NETO, Jaime Santana1

Resumo: Subestimado em Sergipe, Araripe Coutinho foi um poeta nordestino e


gay (queer), tornando-se um dissidente pelas suas escolhas de vida. Sua escrita
potencializou uma emersão em si mesmo e no cotidiano das frágeis relações
amorosas, que transgridem a normatividade do sistema logocêntrico. Este ensaio
vem apontar uma possível identidade do escritor, buscando entender como um
poeta que publicou 11 livros terminou seus dias como alguém que nunca existiu.
Palavras-Chave: Araripe Coutinho. Identidade. Pós-estruturalismo.

INTRODUÇÃO

Este ensaio surge da necessidade de entender a vida e a escrita poética do carioca,


radicado sergipano, Araripe Coutinho, dentro da dissonância entre o socialmente aceitável e o
excretado pelo olhar redutor de uma cruel sociedade, que por vezes avistava o escritor como
um caricato marginal. Burlando leis econômicas e de gênero, sua produção, ao longo dos seus
46 anos, misturou o sagrado e o profano de forma a justificar fazeres e castigos, transcorrendo
livremente pela sua homossexualidade e por uma, ainda não vislumbrada, bruma queer
(termo que na época da primeira obra araripiana ainda estava em construção nos Estados
Unidos), fatores estes que o deflagraram enquanto um artista subalternizado.
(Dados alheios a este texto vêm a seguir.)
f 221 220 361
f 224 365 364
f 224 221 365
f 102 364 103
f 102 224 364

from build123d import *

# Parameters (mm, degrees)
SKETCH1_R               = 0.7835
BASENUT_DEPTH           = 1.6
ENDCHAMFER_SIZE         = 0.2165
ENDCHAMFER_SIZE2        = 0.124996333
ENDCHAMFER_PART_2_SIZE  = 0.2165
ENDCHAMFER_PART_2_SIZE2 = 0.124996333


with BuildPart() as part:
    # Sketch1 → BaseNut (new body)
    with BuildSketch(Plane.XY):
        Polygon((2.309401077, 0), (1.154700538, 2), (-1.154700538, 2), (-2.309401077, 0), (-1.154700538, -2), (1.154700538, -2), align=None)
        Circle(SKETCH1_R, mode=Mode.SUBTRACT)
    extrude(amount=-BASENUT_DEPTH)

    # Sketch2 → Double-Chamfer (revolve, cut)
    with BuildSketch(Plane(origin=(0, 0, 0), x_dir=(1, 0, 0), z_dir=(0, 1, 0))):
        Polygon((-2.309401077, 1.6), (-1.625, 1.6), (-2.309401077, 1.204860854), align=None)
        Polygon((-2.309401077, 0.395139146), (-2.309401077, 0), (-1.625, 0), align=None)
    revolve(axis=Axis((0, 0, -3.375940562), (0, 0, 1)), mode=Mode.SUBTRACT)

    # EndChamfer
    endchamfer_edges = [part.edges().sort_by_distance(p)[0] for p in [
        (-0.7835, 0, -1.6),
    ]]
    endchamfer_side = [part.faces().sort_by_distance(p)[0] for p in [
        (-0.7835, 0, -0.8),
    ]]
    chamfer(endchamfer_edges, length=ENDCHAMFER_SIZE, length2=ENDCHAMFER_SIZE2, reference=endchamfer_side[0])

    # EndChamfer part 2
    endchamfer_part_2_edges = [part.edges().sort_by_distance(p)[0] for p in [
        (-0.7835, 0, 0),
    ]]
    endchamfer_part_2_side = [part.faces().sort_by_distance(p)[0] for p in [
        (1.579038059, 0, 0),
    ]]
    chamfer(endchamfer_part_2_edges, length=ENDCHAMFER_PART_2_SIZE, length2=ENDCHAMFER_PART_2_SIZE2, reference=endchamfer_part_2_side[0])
Possivelmente, por conta de sua produção libertária, o poeta passou a fazer parte de um
cenário literário não tão levado a sério, afirmação confirmada pelas baixas vendas de seus
livros, mesmo Araripe Coutinho sendo um operário da poesia. Foi através do escárnio popular,
resultado de quem não se encaixa nos paradigmas sociais nordestino/macho, que Araripe
construiu sua escrita, e, silenciosamente, montou sua teia de resistência ao ordinário.
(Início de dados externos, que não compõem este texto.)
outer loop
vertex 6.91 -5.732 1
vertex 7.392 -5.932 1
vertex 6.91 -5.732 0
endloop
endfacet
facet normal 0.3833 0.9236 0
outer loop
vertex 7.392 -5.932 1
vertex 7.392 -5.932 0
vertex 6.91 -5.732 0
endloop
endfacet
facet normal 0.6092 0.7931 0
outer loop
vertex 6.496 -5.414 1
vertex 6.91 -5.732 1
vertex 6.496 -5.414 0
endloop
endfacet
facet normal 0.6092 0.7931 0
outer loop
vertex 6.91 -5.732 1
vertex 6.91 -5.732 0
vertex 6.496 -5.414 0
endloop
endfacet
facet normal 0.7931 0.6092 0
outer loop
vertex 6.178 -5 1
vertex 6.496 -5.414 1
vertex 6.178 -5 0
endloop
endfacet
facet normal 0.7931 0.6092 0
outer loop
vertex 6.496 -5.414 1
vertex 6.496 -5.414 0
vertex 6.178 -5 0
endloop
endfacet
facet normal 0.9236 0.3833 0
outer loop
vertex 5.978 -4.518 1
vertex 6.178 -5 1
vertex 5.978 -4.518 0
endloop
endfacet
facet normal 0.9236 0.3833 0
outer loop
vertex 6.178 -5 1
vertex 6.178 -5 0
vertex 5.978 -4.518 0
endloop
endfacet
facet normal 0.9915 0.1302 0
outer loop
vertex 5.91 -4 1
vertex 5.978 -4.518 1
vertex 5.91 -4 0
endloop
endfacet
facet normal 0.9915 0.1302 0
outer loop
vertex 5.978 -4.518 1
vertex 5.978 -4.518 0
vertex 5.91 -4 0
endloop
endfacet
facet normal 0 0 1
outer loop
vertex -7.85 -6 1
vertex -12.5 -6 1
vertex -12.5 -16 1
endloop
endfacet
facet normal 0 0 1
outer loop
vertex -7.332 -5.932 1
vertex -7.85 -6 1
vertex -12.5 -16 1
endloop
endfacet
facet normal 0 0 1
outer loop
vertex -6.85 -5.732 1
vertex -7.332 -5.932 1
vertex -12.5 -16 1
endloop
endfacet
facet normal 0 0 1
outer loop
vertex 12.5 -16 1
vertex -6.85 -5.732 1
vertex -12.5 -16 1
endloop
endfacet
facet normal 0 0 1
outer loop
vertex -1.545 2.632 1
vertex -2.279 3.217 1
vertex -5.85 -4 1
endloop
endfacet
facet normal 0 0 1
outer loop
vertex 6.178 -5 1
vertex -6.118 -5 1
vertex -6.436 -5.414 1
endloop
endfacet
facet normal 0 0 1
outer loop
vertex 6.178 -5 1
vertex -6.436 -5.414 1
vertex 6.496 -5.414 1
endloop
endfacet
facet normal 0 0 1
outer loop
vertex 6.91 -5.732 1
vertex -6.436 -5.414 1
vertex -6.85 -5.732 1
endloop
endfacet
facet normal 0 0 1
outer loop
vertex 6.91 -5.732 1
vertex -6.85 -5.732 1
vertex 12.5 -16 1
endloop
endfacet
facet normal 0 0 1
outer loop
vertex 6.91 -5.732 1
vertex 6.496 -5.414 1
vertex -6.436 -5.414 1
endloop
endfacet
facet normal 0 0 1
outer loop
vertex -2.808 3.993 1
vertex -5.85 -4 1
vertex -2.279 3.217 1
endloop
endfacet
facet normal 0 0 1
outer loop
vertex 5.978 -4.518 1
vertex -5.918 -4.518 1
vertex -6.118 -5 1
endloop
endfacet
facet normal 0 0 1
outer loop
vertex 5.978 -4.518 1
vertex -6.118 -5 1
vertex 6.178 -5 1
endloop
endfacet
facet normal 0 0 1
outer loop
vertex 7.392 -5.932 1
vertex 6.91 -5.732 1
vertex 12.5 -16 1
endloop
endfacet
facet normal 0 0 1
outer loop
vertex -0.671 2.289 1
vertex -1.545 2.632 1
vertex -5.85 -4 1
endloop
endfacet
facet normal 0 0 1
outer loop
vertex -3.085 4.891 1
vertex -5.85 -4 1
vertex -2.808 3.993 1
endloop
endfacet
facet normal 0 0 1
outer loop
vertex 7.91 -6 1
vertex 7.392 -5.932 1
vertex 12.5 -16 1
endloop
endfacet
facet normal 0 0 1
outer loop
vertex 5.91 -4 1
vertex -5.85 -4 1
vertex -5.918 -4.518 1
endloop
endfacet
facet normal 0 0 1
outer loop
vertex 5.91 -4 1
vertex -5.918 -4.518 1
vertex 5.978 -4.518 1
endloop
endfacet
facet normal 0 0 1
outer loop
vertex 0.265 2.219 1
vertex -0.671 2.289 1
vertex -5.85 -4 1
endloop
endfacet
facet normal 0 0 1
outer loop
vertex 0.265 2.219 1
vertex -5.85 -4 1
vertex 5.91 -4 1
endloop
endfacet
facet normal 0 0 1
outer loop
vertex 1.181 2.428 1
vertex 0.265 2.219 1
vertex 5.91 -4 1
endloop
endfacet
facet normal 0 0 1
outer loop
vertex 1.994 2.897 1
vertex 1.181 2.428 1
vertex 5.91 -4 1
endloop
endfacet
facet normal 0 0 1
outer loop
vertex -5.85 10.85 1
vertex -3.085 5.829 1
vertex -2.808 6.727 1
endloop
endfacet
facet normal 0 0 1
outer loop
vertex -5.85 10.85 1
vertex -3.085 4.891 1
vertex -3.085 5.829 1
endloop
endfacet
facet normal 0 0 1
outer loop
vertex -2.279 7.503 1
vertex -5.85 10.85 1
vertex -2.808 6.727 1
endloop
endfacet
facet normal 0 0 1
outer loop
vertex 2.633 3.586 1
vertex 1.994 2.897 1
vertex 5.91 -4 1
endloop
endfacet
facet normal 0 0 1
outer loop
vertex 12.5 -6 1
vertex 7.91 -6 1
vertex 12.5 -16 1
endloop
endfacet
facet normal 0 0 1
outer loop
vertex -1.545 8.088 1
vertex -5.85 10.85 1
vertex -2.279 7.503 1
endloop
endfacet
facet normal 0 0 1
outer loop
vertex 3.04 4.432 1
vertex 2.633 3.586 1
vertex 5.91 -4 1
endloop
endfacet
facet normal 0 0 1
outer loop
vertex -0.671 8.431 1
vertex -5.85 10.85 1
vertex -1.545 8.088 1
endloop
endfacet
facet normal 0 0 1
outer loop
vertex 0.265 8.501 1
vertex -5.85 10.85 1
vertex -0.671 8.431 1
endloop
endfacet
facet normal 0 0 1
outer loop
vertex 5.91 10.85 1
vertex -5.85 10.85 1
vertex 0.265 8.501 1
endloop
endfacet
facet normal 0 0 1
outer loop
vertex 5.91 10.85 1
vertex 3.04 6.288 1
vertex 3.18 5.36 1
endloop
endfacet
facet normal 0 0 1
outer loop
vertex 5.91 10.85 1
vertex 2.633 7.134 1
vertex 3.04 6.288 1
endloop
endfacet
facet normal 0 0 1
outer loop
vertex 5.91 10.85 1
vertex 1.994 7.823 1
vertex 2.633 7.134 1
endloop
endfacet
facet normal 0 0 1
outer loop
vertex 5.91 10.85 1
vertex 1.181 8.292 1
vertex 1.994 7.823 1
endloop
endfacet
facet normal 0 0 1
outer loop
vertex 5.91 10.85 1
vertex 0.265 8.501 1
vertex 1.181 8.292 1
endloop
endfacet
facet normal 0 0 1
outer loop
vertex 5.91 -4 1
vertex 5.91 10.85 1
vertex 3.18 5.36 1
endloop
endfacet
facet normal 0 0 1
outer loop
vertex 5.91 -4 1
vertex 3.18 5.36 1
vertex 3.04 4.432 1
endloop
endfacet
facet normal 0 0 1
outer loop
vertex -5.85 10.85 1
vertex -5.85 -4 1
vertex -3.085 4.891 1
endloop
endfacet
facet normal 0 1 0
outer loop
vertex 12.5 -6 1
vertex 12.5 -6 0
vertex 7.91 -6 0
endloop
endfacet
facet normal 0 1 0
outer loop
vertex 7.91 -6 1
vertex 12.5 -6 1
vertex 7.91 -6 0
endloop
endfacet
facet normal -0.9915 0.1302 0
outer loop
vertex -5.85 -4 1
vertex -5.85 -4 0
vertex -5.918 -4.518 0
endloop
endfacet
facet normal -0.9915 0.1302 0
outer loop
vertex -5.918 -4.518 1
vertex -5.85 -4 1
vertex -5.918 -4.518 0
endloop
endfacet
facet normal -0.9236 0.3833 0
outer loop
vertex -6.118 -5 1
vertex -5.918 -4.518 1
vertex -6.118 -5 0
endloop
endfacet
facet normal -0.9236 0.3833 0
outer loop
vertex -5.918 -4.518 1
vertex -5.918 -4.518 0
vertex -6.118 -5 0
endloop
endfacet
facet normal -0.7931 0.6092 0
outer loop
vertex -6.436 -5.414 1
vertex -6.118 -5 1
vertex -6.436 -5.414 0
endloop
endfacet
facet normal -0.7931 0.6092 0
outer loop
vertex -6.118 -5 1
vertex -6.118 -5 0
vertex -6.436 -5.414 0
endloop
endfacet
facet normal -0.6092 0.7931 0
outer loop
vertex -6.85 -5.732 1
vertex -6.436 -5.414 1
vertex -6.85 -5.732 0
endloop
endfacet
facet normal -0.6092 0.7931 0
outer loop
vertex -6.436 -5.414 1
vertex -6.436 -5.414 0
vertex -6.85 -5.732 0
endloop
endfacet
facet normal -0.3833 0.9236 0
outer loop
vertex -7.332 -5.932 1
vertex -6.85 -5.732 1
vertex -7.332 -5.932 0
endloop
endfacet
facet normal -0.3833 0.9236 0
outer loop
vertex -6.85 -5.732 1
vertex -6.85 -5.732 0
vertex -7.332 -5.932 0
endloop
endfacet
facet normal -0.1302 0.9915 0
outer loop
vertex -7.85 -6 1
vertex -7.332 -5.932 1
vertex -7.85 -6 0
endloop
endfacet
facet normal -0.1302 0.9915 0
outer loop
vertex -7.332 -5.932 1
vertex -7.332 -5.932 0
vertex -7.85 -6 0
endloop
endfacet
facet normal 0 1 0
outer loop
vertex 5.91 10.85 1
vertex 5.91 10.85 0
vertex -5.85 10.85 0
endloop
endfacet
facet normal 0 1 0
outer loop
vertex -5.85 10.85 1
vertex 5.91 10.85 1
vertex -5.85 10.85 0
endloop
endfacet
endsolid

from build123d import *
Quebrando os paradigmas do convencional, Araripe Coutinho lutou, em seu curto


tempo de vida, para se fazer existir, principalmente, através de sua poesia. Lançou 11 livros,
incluindo a obra que faz parte do título deste ensaio. Seus poemas são sofisticados e ao
mesmo tempo populares, e de forma simples e delicada, ele mostrou que a sua obra deve ser
pensada, e consumida, enquanto retrato do mundo atualmente, onde as discussões de gênero
e liberdade estão cada dia mais em voga, por exemplo.

Para entender quem foi Araripe Coutinho é preciso mergulhar na história de vida deste
escritor, através de seus poemas iniciais. Sendo assim, este trabalho se aterá ao primeiro livro
1
Mestrando no Programa de Pós-Graduação em Crítica Cultural, Departamento de Linguística, Literatura
e Arte da Universidade do Estado da Bahia (UNEB). E-mail: jaimenetoparticular@gmail.com.
publicado por Araripe Coutinho, intitulado “Amor Sem Rosto” (1989), onde já é possível
vislumbrar alguns dos temas que serão constantemente tratados em suas poesias. Sete anos
após a sua morte, praticamente não existe nenhum estudo, em Sergipe, abordando a obra ou
a pessoa de Araripe Coutinho, o que vem a ser uma falta amarga para a produção poética,
literária e artística tanto do menor estado na nação quanto do próprio Brasil. Este ensaio tem a
chave para começar a quebrar o esquecimento sobre a pessoal e poesia de Araripe Coutinho, e
neste contexto também de findar a desvalorização artística, que fez parte da vida do poeta.

Analisando partes da primeira produção araripiana, este trabalho vai se costurando em


consonância com questões ligadas à identidade do ser poeta/homem trabalhada em Stuart
Hall; a homossexualidade não escondida do poeta, através dos apontamentos de Félix
Guattari, e ao pós-estruturalismo, marcado pelas mãos de Michel Foucault.

Araripe Coutinho deve ser visto e estudado enquanto um escritor-comunicador


brasileiro, principalmente, por sua poética em amarras, que dialoga com as bases
epistemológicas modernas, com suas nuances decoloniais ética, política e também estética.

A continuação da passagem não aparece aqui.